» **GIVEN DATA**
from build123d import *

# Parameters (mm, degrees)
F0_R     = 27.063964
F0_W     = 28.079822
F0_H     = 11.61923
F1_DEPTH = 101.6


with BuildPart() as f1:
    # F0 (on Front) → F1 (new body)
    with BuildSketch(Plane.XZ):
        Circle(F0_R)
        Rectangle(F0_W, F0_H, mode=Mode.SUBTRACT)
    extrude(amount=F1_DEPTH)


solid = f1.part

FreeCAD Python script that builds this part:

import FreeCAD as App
import Part
import Sketcher
from FreeCAD import Vector
Q = App.Units.Quantity


def add_polygon(sketch, points):
    """Adds a closed chain of lines whose ends are joined by coincident constraints."""
    first, n = sketch.GeometryCount, len(points)
    for a, b in zip(points, points[1:] + points[:1]):
        sketch.addGeometry(Part.LineSegment(App.Vector(*a, 0), App.Vector(*b, 0)), False)
    for i in range(n):
        sketch.addConstraint(Sketcher.Constraint("Coincident", first + i, 2, first + (i + 1) % n, 1))

doc = App.newDocument("Part")
params = doc.addObject("Spreadsheet::Sheet", "Params")
for row, (alias, value) in enumerate([
    ("pad1_length", "4 in"),
], start=1):
    params.set(f"A{row}", alias)
    params.set(f"B{row}", "=" + value)
    params.setAlias(f"B{row}", alias)

body = doc.addObject("PartDesign::Body", "Body")

# Sketch on XZ plane
sketch1 = body.newObject("Sketcher::SketchObject", "Sketch")
sketch1.AttachmentSupport = (doc.getObject("XZ_Plane"), [""])
sketch1.MapMode = "FlatFace"
sketch1.addGeometry(Part.Circle(Vector(0, 0, 0), Vector(0, 0, 1), 27), False)  # 0
add_polygon(sketch1, [(14, -6), (-14, -6), (-14, 6), (14, 6)])  # lines 1-4
sketch1.addConstraint([
    Sketcher.Constraint("Horizontal", 1),
    Sketcher.Constraint("Vertical", 2),
    Sketcher.Constraint("Horizontal", 3),
    Sketcher.Constraint("Vertical", 4),
    Sketcher.Constraint("Coincident", 0, 3, -1, 1),
    Sketcher.Constraint("Symmetric", 1, 2, 3, 2, -1, 1),
    Sketcher.Constraint("Diameter", 0, Q("54.127928 mm")),
    Sketcher.Constraint("DistanceX", 1, 2, 1, 1, Q("28.079822 mm")),
    Sketcher.Constraint("DistanceY", 2, 1, 2, 2, Q("11.61923 mm")),
])
pad1 = body.newObject("PartDesign::Pad", "Pad")
pad1.Profile = sketch1
pad1.setExpression("Length", "Params.pad1_length")

doc.recompute()
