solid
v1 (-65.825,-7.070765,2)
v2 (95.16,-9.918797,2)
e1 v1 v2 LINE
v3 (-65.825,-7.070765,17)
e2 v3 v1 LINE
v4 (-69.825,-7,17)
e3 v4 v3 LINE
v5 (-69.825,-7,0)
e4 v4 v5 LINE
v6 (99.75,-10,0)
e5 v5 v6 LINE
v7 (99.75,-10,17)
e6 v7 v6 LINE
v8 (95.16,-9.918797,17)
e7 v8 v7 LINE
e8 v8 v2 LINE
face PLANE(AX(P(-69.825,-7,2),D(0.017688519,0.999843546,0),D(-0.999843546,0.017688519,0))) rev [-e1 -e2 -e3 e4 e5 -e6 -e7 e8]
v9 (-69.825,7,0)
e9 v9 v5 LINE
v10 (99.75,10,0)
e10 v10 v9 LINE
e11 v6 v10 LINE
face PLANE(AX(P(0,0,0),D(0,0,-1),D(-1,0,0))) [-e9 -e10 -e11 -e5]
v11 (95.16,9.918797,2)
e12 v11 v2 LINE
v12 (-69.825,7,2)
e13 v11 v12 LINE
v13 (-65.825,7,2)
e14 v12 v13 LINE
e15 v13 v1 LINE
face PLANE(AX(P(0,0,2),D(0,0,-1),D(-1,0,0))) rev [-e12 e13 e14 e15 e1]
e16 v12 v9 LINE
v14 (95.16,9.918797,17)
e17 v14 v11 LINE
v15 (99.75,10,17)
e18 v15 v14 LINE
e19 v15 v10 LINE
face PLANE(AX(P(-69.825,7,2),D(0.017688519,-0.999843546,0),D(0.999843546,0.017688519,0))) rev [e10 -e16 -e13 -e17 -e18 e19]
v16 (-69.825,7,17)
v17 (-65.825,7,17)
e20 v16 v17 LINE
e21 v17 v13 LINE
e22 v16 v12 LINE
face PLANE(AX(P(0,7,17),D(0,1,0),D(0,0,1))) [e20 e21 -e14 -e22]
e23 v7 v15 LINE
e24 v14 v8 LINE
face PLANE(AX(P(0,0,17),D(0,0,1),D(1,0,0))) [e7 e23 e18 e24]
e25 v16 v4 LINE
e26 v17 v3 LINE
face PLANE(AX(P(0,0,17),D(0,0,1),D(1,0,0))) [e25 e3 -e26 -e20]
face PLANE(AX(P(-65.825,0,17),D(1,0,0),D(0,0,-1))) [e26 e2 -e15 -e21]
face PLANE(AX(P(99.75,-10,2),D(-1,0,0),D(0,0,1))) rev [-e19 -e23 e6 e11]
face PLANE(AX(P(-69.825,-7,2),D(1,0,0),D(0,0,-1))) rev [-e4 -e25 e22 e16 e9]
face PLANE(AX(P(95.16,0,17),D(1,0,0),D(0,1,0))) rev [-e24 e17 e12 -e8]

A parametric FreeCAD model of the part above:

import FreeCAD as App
import Part
import Sketcher
from FreeCAD import Vector


def add_polygon(sketch, points):
    """Adds a closed chain of lines whose ends are joined by coincident constraints."""
    first, n = sketch.GeometryCount, len(points)
    for a, b in zip(points, points[1:] + points[:1]):
        sketch.addGeometry(Part.LineSegment(App.Vector(*a, 0), App.Vector(*b, 0)), False)
    for i in range(n):
        sketch.addConstraint(Sketcher.Constraint("Coincident", first + i, 2, first + (i + 1) % n, 1))

doc = App.newDocument("Part")
params = doc.addObject("Spreadsheet::Sheet", "Params")
for row, (alias, value) in enumerate([
    ("sketch1_height", "20 mm"),
    ("sketch1_height2", "14 mm"),
    ("pad1_length", "2 mm"),
    ("sketch2_width", "4 mm"),
    ("sketch2_height", "14 mm"),
    ("sketch2_height2", "20 mm"),
    ("pad2_length", "15 mm"),
], start=1):
    params.set(f"A{row}", alias)
    params.set(f"B{row}", "=" + value)
    params.setAlias(f"B{row}", alias)

body = doc.addObject("PartDesign::Body", "Body")

# Sketch on XY plane
sketch1 = doc.addObject("Sketcher::SketchObject", "Sketch")
body.addObject(sketch1)
sketch1.AttachmentSupport = (doc.XY_Plane, [""])
sketch1.MapMode = "FlatFace"
add_polygon(sketch1, [(-70, -7), (100, -10), (100, 10), (-70, 7)])  # lines 0-3
sketch1.addConstraint([
    Sketcher.Constraint("Vertical", 1),
    Sketcher.Constraint("Vertical", 3),
    Sketcher.Constraint("Equal", 0, 2),
    Sketcher.Constraint("DistanceY", 1, 1, 1, 2, 20.0),
    Sketcher.Constraint("DistanceY", 3, 2, 3, 1, 14.0),
    Sketcher.Constraint("DistanceY", 0, 2, -1, 1, 10.0),
    Sketcher.Constraint("DistanceX", -1, 1, 0, 2, 99.75),
    Sketcher.Constraint("DistanceX", 2, 2, -1, 1, 69.825),
])
sketch1.setExpression("Constraints[7]", "Params.sketch1_height")
sketch1.setExpression("Constraints[8]", "Params.sketch1_height2")
pad1 = doc.addObject("PartDesign::Pad", "Pad")
body.addObject(pad1)
pad1.Profile = sketch1
pad1.setExpression("Length", "Params.pad1_length")

# Sketch on XY plane
sketch2 = doc.addObject("Sketcher::SketchObject", "Sketch001")
body.addObject(sketch2)
sketch2.AttachmentSupport = (doc.XY_Plane, [""])
sketch2.MapMode = "FlatFace"
sketch2.AttachmentOffset = App.Placement(Vector(0, 0, 2), App.Rotation())
add_polygon(sketch2, [(-65.8, 7), (-69.8, 7), (-69.8, -7), (-65.8, -7.1)])  # lines 0-3
add_polygon(sketch2, [(99.8, 10), (95.2, 9.9), (95.2, -9.9), (99.8, -10)])  # lines 4-7
sketch2.addConstraint([
    Sketcher.Constraint("Horizontal", 0),
    Sketcher.Constraint("Vertical", 1),
    Sketcher.Constraint("Vertical", 3),
    Sketcher.Constraint("Vertical", 5),
    Sketcher.Constraint("Vertical", 7),
    Sketcher.Constraint("Parallel", 2, 6),
    Sketcher.Constraint("Equal", 4, 6),
    Sketcher.Constraint("DistanceX", 0, 2, 0, 1, 4.0),
    Sketcher.Constraint("DistanceY", 1, 2, 1, 1, 14.0),
    Sketcher.Constraint("DistanceY", 7, 1, 7, 2, 20.0),
    Sketcher.Constraint("DistanceY", -1, 1, 0, 2, 7.0),
    Sketcher.Constraint("DistanceY", 6, 2, -1, 1, 10.0),
    Sketcher.Constraint("DistanceX", -1, 1, 4, 2, 95.16),
    Sketcher.Constraint("DistanceX", -1, 1, 6, 2, 99.75),
    Sketcher.Constraint("DistanceX", 0, 2, -1, 1, 69.825),
    Sketcher.Constraint("Distance", 4, 4.590718),
])
sketch2.setExpression("Constraints[15]", "Params.sketch2_width")
sketch2.setExpression("Constraints[16]", "Params.sketch2_height")
sketch2.setExpression("Constraints[17]", "Params.sketch2_height2")
pad2 = doc.addObject("PartDesign::Pad", "Pad001")
body.addObject(pad2)
pad2.Profile = sketch2
pad2.setExpression("Length", "Params.pad2_length")

doc.recompute()
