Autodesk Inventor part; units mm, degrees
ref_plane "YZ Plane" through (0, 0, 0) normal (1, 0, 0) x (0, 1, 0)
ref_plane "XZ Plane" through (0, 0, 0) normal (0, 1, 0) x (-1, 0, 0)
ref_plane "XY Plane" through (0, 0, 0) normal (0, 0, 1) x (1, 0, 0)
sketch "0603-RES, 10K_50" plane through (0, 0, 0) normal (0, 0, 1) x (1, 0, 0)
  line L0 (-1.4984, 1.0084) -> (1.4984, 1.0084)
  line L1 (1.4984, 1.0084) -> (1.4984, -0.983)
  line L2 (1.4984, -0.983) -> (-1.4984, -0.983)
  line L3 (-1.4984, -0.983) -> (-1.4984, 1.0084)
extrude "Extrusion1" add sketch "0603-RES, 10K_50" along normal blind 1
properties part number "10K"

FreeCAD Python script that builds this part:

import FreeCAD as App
import Part
import Sketcher

V = App.Vector
Q = App.Units.Quantity


def add_polygon(sketch, points):
    """Adds a closed chain of lines whose ends are joined by coincident constraints."""
    first, n = sketch.GeometryCount, len(points)
    for a, b in zip(points, points[1:] + points[:1]):
        sketch.addGeometry(Part.LineSegment(App.Vector(*a, 0), App.Vector(*b, 0)), False)
    for i in range(n):
        sketch.addConstraint(Sketcher.Constraint("Coincident", first + i, 2, first + (i + 1) % n, 1))

doc = App.newDocument("Part")
params = doc.addObject("Spreadsheet::Sheet", "Params")
for row, (alias, value) in enumerate([
    ("pad1_length", "1 mm"),
], start=1):
    params.set(f"A{row}", alias)
    params.set(f"B{row}", "=" + value)
    params.setAlias(f"B{row}", alias)

body = doc.addObject("PartDesign::Body", "Body")

sketch1 = body.newObject("Sketcher::SketchObject", "Sketch")
sketch1.AttachmentSupport = (doc.getObject("XY_Plane"), [""])
sketch1.MapMode = "FlatFace"
add_polygon(sketch1, [(1.4984, 1.0084), (-1.4984, 1.0084), (-1.4984, -0.983), (1.4984, -0.983)])
sketch1.addConstraint([
    Sketcher.Constraint("Horizontal", 0),
    Sketcher.Constraint("Vertical", 1),
    Sketcher.Constraint("Horizontal", 2),
    Sketcher.Constraint("Vertical", 3),
    Sketcher.Constraint("DistanceX", 0, 2, 0, 1, Q("2.9968 mm")),
    Sketcher.Constraint("DistanceY", 1, 2, 1, 1, Q("1.9914 mm")),
    Sketcher.Constraint("DistanceY", 1, 2, -1, 1, Q("0.983 mm")),
    Sketcher.Constraint("DistanceX", 0, 2, -1, 1, Q("1.4984 mm")),
])
pad1 = body.newObject("PartDesign::Pad", "Pad")
pad1.Profile = sketch1
pad1.setExpression("Length", "Params.pad1_length")

doc.recompute()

» **TASK REQUIREMENTS**
Copy every line above that holds the word "through".

» **PROBLEM SOLUTION**
ref_plane "YZ Plane" through (0, 0, 0) normal (1, 0, 0) x (0, 1, 0)
ref_plane "XZ Plane" through (0, 0, 0) normal (0, 1, 0) x (-1, 0, 0)
ref_plane "XY Plane" through (0, 0, 0) normal (0, 0, 1) x (1, 0, 0)
sketch "0603-RES, 10K_50" plane through (0, 0, 0) normal (0, 0, 1) x (1, 0, 0)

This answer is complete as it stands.